(Collected data)

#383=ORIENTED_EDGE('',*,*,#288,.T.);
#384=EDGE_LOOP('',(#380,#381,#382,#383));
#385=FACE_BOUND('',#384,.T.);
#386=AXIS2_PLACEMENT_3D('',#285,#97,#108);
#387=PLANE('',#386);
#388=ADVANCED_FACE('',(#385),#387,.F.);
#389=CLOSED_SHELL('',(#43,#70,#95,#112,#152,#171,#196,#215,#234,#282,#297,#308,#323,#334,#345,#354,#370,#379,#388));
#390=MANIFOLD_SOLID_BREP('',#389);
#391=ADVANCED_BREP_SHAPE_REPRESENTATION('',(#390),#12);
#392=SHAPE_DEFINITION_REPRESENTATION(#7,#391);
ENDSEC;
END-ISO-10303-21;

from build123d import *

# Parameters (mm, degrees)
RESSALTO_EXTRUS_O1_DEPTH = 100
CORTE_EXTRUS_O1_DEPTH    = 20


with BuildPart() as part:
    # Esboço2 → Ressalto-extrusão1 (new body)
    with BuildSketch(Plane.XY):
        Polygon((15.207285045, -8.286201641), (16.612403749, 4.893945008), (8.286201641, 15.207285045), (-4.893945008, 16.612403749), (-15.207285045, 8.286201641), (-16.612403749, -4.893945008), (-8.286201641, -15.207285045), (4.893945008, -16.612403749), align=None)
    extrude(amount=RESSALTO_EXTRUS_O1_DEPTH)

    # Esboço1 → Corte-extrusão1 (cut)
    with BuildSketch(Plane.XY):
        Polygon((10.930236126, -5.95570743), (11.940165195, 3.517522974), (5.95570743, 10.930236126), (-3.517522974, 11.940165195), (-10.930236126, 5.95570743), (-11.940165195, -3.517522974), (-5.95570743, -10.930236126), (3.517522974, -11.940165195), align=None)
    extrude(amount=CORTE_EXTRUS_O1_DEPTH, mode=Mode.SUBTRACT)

● REQUIRED ACTION:
Return each line of the data exactly as written above.

● WRITTEN SOLUTION:
#383=ORIENTED_EDGE('',*,*,#288,.T.);
#384=EDGE_LOOP('',(#380,#381,#382,#383));
#385=FACE_BOUND('',#384,.T.);
#386=AXIS2_PLACEMENT_3D('',#285,#97,#108);
#387=PLANE('',#386);
#388=ADVANCED_FACE('',(#385),#387,.F.);
#389=CLOSED_SHELL('',(#43,#70,#95,#112,#152,#171,#196,#215,#234,#282,#297,#308,#323,#334,#345,#354,#370,#379,#388));
#390=MANIFOLD_SOLID_BREP('',#389);
#391=ADVANCED_BREP_SHAPE_REPRESENTATION('',(#390),#12);
#392=SHAPE_DEFINITION_REPRESENTATION(#7,#391);
ENDSEC;
END-ISO-10303-21;

from build123d import *

# Parameters (mm, degrees)
RESSALTO_EXTRUS_O1_DEPTH = 100
CORTE_EXTRUS_O1_DEPTH    = 20


with BuildPart() as part:
    # Esboço2 → Ressalto-extrusão1 (new body)
    with BuildSketch(Plane.XY):
        Polygon((15.207285045, -8.286201641), (16.612403749, 4.893945008), (8.286201641, 15.207285045), (-4.893945008, 16.612403749), (-15.207285045, 8.286201641), (-16.612403749, -4.893945008), (-8.286201641, -15.207285045), (4.893945008, -16.612403749), align=None)
    extrude(amount=RESSALTO_EXTRUS_O1_DEPTH)

    # Esboço1 → Corte-extrusão1 (cut)
    with BuildSketch(Plane.XY):
        Polygon((10.930236126, -5.95570743), (11.940165195, 3.517522974), (5.95570743, 10.930236126), (-3.517522974, 11.940165195), (-10.930236126, 5.95570743), (-11.940165195, -3.517522974), (-5.95570743, -10.930236126), (3.517522974, -11.940165195), align=None)
    extrude(amount=CORTE_EXTRUS_O1_DEPTH, mode=Mode.SUBTRACT)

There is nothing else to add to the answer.